▶ [Records supplied]:
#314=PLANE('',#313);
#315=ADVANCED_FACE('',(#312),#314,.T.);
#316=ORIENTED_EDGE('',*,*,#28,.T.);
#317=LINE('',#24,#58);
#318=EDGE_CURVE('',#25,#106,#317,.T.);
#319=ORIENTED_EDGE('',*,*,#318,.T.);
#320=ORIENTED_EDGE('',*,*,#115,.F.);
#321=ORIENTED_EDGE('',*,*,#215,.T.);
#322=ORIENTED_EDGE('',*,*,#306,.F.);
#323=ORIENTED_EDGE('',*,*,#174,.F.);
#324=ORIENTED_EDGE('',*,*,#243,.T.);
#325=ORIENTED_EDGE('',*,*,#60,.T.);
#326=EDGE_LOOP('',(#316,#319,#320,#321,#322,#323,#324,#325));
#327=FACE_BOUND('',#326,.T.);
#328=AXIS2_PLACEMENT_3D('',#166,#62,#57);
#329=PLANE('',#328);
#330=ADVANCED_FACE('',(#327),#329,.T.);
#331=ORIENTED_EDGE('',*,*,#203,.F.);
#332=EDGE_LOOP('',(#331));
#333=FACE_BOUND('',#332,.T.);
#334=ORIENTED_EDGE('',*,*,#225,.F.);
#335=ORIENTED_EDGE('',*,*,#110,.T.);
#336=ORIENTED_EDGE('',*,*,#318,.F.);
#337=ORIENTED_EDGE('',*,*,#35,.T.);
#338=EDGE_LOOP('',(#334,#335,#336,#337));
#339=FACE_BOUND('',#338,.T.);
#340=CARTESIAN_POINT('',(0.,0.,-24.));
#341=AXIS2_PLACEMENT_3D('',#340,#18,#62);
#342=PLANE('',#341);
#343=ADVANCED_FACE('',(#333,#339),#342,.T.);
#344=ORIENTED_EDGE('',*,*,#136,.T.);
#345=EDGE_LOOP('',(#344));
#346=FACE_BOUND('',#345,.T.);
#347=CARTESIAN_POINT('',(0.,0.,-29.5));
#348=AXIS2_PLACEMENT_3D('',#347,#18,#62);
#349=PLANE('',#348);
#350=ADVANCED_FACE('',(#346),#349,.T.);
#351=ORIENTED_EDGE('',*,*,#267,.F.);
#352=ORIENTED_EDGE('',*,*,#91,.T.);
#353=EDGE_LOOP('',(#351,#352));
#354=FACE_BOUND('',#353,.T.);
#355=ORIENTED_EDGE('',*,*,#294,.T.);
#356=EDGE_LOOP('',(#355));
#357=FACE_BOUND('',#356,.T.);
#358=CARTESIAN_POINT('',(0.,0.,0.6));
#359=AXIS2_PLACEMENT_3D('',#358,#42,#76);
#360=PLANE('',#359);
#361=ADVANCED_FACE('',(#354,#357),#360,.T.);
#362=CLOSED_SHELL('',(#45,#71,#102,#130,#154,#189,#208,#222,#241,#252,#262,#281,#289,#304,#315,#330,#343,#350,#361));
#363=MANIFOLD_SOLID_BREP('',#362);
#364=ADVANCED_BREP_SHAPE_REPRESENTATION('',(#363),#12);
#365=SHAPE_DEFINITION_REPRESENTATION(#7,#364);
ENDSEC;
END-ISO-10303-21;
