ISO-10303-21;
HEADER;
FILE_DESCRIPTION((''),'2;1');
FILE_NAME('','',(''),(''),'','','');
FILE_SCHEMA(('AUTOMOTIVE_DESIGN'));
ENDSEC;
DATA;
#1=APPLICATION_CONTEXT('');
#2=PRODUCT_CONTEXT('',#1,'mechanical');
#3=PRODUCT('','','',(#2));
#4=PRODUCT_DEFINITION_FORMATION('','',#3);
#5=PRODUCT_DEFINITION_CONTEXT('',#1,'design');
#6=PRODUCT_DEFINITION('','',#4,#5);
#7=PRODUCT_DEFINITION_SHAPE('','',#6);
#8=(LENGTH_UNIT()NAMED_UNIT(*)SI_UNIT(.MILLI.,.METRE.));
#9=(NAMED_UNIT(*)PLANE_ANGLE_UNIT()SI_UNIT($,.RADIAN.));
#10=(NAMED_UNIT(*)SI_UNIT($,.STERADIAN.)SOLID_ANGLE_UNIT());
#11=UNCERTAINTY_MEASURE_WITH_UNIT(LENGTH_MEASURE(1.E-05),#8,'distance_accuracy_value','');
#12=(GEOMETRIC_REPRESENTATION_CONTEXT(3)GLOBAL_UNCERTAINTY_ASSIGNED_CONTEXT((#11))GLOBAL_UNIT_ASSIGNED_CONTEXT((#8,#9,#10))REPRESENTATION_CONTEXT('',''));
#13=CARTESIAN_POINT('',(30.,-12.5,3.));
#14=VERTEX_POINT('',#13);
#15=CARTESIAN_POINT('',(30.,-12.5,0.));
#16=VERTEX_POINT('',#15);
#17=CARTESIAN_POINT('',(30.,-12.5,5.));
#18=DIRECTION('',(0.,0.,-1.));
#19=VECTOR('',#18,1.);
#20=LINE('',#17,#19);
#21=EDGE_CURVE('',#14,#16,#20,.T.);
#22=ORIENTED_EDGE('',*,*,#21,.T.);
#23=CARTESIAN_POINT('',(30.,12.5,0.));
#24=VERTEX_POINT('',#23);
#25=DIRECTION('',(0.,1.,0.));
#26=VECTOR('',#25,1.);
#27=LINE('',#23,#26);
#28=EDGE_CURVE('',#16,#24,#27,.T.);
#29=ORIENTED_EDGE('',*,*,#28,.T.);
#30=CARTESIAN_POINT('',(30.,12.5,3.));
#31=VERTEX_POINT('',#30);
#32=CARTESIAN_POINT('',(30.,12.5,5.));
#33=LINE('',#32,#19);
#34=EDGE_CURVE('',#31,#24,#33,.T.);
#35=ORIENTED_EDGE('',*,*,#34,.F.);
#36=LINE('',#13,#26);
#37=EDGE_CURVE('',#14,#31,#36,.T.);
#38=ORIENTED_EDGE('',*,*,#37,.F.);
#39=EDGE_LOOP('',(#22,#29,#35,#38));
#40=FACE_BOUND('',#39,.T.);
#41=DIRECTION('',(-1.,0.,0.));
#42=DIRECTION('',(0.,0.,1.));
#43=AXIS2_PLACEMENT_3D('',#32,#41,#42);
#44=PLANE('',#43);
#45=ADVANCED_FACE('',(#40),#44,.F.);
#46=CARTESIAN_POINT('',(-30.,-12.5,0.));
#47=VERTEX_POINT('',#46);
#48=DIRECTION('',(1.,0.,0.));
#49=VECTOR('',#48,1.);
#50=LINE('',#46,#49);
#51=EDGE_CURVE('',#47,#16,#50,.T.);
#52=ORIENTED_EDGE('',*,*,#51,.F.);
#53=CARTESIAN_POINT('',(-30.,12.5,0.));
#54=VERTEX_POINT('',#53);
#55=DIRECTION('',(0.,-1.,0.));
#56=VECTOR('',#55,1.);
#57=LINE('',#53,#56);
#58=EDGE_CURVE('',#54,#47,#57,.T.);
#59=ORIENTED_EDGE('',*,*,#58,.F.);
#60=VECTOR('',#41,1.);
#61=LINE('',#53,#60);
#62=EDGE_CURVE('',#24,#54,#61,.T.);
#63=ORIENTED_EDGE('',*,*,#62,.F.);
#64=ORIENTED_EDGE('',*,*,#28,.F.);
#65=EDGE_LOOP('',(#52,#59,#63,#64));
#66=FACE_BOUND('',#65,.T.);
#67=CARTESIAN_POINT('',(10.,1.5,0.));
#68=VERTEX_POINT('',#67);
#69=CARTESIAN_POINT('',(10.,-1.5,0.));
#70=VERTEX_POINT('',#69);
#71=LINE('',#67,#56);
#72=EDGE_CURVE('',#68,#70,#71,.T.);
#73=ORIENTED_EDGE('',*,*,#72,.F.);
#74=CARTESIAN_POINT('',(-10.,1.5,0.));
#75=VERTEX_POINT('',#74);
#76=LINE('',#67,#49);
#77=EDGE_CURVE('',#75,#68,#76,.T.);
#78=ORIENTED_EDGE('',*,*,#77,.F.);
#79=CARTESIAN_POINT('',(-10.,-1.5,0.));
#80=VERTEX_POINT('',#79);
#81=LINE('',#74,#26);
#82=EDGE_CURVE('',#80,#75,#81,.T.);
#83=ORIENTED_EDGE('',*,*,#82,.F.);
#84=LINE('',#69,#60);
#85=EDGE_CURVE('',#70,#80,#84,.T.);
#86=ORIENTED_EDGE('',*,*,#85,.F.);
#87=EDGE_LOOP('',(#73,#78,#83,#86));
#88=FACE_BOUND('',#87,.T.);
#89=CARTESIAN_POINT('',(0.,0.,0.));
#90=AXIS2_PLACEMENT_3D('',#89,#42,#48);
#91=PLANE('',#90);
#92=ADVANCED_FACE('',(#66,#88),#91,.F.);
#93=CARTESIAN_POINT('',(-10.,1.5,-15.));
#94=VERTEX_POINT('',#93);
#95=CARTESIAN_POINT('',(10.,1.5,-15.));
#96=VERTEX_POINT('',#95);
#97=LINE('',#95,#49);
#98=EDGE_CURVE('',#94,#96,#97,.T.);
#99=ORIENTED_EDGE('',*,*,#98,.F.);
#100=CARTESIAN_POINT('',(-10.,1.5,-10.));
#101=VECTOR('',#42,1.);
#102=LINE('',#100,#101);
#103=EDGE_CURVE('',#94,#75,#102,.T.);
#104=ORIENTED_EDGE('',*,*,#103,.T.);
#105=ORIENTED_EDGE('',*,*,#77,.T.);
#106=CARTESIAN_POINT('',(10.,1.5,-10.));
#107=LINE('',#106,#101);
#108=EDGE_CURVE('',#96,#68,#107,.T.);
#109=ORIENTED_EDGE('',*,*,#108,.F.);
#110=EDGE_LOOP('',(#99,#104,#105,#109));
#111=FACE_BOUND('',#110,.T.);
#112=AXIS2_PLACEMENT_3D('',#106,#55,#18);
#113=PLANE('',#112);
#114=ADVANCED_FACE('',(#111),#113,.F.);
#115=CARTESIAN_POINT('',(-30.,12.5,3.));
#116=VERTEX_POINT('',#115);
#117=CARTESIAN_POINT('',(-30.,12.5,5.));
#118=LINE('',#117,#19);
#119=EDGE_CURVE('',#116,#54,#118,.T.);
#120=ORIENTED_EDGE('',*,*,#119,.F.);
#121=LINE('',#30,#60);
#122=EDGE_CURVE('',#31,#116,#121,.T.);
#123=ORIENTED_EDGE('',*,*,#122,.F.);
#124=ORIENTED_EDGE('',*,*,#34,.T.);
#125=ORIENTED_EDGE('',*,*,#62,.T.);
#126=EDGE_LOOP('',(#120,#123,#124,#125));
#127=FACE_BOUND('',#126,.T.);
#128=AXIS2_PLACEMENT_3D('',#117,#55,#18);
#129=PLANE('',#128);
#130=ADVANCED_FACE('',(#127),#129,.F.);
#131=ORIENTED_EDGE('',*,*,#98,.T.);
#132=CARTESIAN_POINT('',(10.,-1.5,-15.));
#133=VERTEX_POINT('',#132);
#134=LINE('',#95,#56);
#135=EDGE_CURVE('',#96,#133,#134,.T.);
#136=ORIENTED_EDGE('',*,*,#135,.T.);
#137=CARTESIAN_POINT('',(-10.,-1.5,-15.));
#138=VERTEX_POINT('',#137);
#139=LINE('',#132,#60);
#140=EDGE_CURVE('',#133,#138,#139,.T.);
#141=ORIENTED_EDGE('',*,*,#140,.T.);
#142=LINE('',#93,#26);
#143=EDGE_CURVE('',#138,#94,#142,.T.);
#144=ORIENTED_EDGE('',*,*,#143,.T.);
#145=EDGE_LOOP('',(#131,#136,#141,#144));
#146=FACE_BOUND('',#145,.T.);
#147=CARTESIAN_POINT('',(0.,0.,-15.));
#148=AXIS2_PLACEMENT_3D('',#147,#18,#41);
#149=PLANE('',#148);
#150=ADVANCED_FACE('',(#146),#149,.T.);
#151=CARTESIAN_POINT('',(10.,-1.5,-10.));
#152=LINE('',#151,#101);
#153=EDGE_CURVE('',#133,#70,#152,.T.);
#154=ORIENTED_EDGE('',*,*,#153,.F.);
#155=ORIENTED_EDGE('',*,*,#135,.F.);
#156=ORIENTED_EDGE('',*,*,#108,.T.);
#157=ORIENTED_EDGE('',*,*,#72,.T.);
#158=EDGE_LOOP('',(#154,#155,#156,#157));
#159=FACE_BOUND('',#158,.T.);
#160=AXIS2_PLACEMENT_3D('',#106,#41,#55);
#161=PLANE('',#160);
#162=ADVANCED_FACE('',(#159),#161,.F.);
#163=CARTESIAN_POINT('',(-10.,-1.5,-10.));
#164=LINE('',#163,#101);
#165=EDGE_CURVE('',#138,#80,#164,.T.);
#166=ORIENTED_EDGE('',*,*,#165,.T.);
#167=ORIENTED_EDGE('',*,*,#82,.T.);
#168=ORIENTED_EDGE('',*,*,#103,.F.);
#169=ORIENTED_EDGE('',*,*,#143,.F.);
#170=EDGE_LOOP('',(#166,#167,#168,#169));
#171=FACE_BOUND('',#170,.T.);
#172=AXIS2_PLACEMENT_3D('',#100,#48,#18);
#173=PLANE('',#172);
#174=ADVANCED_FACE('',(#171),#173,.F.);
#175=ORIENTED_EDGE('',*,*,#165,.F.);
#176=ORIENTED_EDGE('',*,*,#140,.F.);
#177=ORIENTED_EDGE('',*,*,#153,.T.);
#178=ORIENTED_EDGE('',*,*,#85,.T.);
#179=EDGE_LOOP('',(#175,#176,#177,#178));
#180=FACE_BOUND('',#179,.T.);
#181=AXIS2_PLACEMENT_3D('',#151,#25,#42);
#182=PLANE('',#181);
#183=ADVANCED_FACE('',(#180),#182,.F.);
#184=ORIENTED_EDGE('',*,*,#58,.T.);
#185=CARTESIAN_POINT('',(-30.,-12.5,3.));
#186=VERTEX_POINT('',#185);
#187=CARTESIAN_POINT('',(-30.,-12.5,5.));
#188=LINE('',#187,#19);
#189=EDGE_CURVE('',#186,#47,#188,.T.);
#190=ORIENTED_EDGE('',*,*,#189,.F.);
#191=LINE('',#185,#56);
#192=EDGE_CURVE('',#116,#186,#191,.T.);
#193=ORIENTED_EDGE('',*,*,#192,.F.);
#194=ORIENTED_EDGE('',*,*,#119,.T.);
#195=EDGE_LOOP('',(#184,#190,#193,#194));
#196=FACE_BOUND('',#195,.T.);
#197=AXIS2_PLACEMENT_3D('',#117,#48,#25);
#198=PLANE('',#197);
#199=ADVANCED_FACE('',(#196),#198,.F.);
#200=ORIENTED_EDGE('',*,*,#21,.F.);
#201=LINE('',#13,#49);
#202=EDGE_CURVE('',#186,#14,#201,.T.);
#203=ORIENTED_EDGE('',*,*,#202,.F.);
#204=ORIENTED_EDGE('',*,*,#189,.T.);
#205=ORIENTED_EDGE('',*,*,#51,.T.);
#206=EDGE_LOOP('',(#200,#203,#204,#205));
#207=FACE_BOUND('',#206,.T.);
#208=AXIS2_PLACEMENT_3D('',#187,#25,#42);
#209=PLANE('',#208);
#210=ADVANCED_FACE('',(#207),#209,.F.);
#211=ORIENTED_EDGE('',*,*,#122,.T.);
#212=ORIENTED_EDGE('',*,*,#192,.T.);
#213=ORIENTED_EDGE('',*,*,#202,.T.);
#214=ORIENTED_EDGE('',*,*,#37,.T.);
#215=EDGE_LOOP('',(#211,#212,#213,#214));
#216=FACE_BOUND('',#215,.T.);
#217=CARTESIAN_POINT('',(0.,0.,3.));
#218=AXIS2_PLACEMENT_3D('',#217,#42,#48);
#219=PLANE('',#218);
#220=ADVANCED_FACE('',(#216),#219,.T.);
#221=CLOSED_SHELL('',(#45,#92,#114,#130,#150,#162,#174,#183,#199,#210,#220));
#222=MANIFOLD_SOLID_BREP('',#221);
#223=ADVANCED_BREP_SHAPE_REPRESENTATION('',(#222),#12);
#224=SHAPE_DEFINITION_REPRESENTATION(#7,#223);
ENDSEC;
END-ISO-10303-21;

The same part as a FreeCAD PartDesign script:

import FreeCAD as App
import Part
import Sketcher
from FreeCAD import Vector


def add_polygon(sketch, points):
    """Adds a closed chain of lines whose ends are joined by coincident constraints."""
    first, n = sketch.GeometryCount, len(points)
    for a, b in zip(points, points[1:] + points[:1]):
        sketch.addGeometry(Part.LineSegment(App.Vector(*a, 0), App.Vector(*b, 0)), False)
    for i in range(n):
        sketch.addConstraint(Sketcher.Constraint("Coincident", first + i, 2, first + (i + 1) % n, 1))

doc = App.newDocument("Part")
body = doc.addObject("PartDesign::Body", "Body")

# Sketch on XY plane
sketch1 = body.newObject("Sketcher::SketchObject", "Sketch")
sketch1.AttachmentSupport = (doc.getObject("XY_Plane"), [""])
sketch1.MapMode = "FlatFace"
add_polygon(sketch1, [(-30, 12.5), (-30, -12.5), (30, -12.5), (30, 12.5)])  # lines 0-3
sketch1.addConstraint(Sketcher.Constraint("Vertical", 0))
sketch1.addConstraint(Sketcher.Constraint("Horizontal", 1))
sketch1.addConstraint(Sketcher.Constraint("Vertical", 2))
sketch1.addConstraint(Sketcher.Constraint("Horizontal", 3))
sketch1.addConstraint(Sketcher.Constraint("Symmetric", 0, 2, 2, 2, -1, 1))
sketch1.addConstraint(Sketcher.Constraint("DistanceX", 1, 1, 1, 2, 60.0))
sketch1.addConstraint(Sketcher.Constraint("DistanceY", 0, 2, 0, 1, 25.0))
pad1 = body.newObject("PartDesign::Pad", "Pad")
pad1.Profile = sketch1
pad1.Length = 5

# Sketch on XY plane
sketch2 = body.newObject("Sketcher::SketchObject", "Sketch001")
sketch2.AttachmentSupport = (doc.getObject("XY_Plane"), [""])
sketch2.MapMode = "FlatFace"
add_polygon(sketch2, [(10, 1.5), (10, -1.5), (-10, -1.5), (-10, 1.5)])  # lines 0-3
sketch2.addConstraint(Sketcher.Constraint("Vertical", 0))
sketch2.addConstraint(Sketcher.Constraint("Horizontal", 1))
sketch2.addConstraint(Sketcher.Constraint("Vertical", 2))
sketch2.addConstraint(Sketcher.Constraint("Horizontal", 3))
sketch2.addConstraint(Sketcher.Constraint("Symmetric", 0, 2, 2, 2, -1, 1))
sketch2.addConstraint(Sketcher.Constraint("DistanceX", 1, 2, 1, 1, 20.0))
sketch2.addConstraint(Sketcher.Constraint("DistanceY", 0, 2, 0, 1, 3.0))
pad2 = body.newObject("PartDesign::Pad", "Pad001")
pad2.Profile = sketch2
pad2.Length = 10
pad2.Reversed = True

# Sketch on XY plane
sketch3 = body.newObject("Sketcher::SketchObject", "Sketch002")
sketch3.AttachmentSupport = (doc.getObject("XY_Plane"), [""])
sketch3.MapMode = "FlatFace"
sketch3.AttachmentOffset = App.Placement(Vector(0, 0, 5), App.Rotation())
add_polygon(sketch3, [(-30, 12.5), (-30, -12.5), (30, -12.5), (30, 12.5)])  # lines 0-3
sketch3.addConstraint(Sketcher.Constraint("Vertical", 0))
sketch3.addConstraint(Sketcher.Constraint("Horizontal", 1))
sketch3.addConstraint(Sketcher.Constraint("Vertical", 2))
sketch3.addConstraint(Sketcher.Constraint("Horizontal", 3))
sketch3.addConstraint(Sketcher.Constraint("Symmetric", 0, 2, 2, 2, -1, 1))
sketch3.addConstraint(Sketcher.Constraint("DistanceX", 1, 1, 1, 2, 60.0))
sketch3.addConstraint(Sketcher.Constraint("DistanceY", 0, 2, 0, 1, 25.0))
pocket1 = body.newObject("PartDesign::Pocket", "Pocket")
pocket1.Profile = sketch3
pocket1.Length = 2

# Sketch on XY plane
sketch4 = body.newObject("Sketcher::SketchObject", "Sketch003")
sketch4.AttachmentSupport = (doc.getObject("XY_Plane"), [""])
sketch4.MapMode = "FlatFace"
sketch4.AttachmentOffset = App.Placement(Vector(0, 0, -10), App.Rotation())
add_polygon(sketch4, [(10, 1.5), (10, -1.5), (-10, -1.5), (-10, 1.5)])  # lines 0-3
sketch4.addConstraint(Sketcher.Constraint("Vertical", 0))
sketch4.addConstraint(Sketcher.Constraint("Horizontal", 1))
sketch4.addConstraint(Sketcher.Constraint("Vertical", 2))
sketch4.addConstraint(Sketcher.Constraint("Horizontal", 3))
sketch4.addConstraint(Sketcher.Constraint("Symmetric", 0, 2, 2, 2, -1, 1))
sketch4.addConstraint(Sketcher.Constraint("DistanceX", 1, 2, 1, 1, 20.0))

▶ [Problem description]:
Produce a word-for-word copy of everything above from the line holding "#130=ADVANCED_FACE('',(#127),#129,.F.);" down to the line holding "#173=PLANE('',#172);", with both of those lines kept.

▶ [Written reply]:
#130=ADVANCED_FACE('',(#127),#129,.F.);
#131=ORIENTED_EDGE('',*,*,#98,.T.);
#132=CARTESIAN_POINT('',(10.,-1.5,-15.));
#133=VERTEX_POINT('',#132);
#134=LINE('',#95,#56);
#135=EDGE_CURVE('',#96,#133,#134,.T.);
#136=ORIENTED_EDGE('',*,*,#135,.T.);
#137=CARTESIAN_POINT('',(-10.,-1.5,-15.));
#138=VERTEX_POINT('',#137);
#139=LINE('',#132,#60);
#140=EDGE_CURVE('',#133,#138,#139,.T.);
#141=ORIENTED_EDGE('',*,*,#140,.T.);
#142=LINE('',#93,#26);
#143=EDGE_CURVE('',#138,#94,#142,.T.);
#144=ORIENTED_EDGE('',*,*,#143,.T.);
#145=EDGE_LOOP('',(#131,#136,#141,#144));
#146=FACE_BOUND('',#145,.T.);
#147=CARTESIAN_POINT('',(0.,0.,-15.));
#148=AXIS2_PLACEMENT_3D('',#147,#18,#41);
#149=PLANE('',#148);
#150=ADVANCED_FACE('',(#146),#149,.T.);
#151=CARTESIAN_POINT('',(10.,-1.5,-10.));
#152=LINE('',#151,#101);
#153=EDGE_CURVE('',#133,#70,#152,.T.);
#154=ORIENTED_EDGE('',*,*,#153,.F.);
#155=ORIENTED_EDGE('',*,*,#135,.F.);
#156=ORIENTED_EDGE('',*,*,#108,.T.);
#157=ORIENTED_EDGE('',*,*,#72,.T.);
#158=EDGE_LOOP('',(#154,#155,#156,#157));
#159=FACE_BOUND('',#158,.T.);
#160=AXIS2_PLACEMENT_3D('',#106,#41,#55);
#161=PLANE('',#160);
#162=ADVANCED_FACE('',(#159),#161,.F.);
#163=CARTESIAN_POINT('',(-10.,-1.5,-10.));
#164=LINE('',#163,#101);
#165=EDGE_CURVE('',#138,#80,#164,.T.);
#166=ORIENTED_EDGE('',*,*,#165,.T.);
#167=ORIENTED_EDGE('',*,*,#82,.T.);
#168=ORIENTED_EDGE('',*,*,#103,.F.);
#169=ORIENTED_EDGE('',*,*,#143,.F.);
#170=EDGE_LOOP('',(#166,#167,#168,#169));
#171=FACE_BOUND('',#170,.T.);
#172=AXIS2_PLACEMENT_3D('',#100,#48,#18);
#173=PLANE('',#172);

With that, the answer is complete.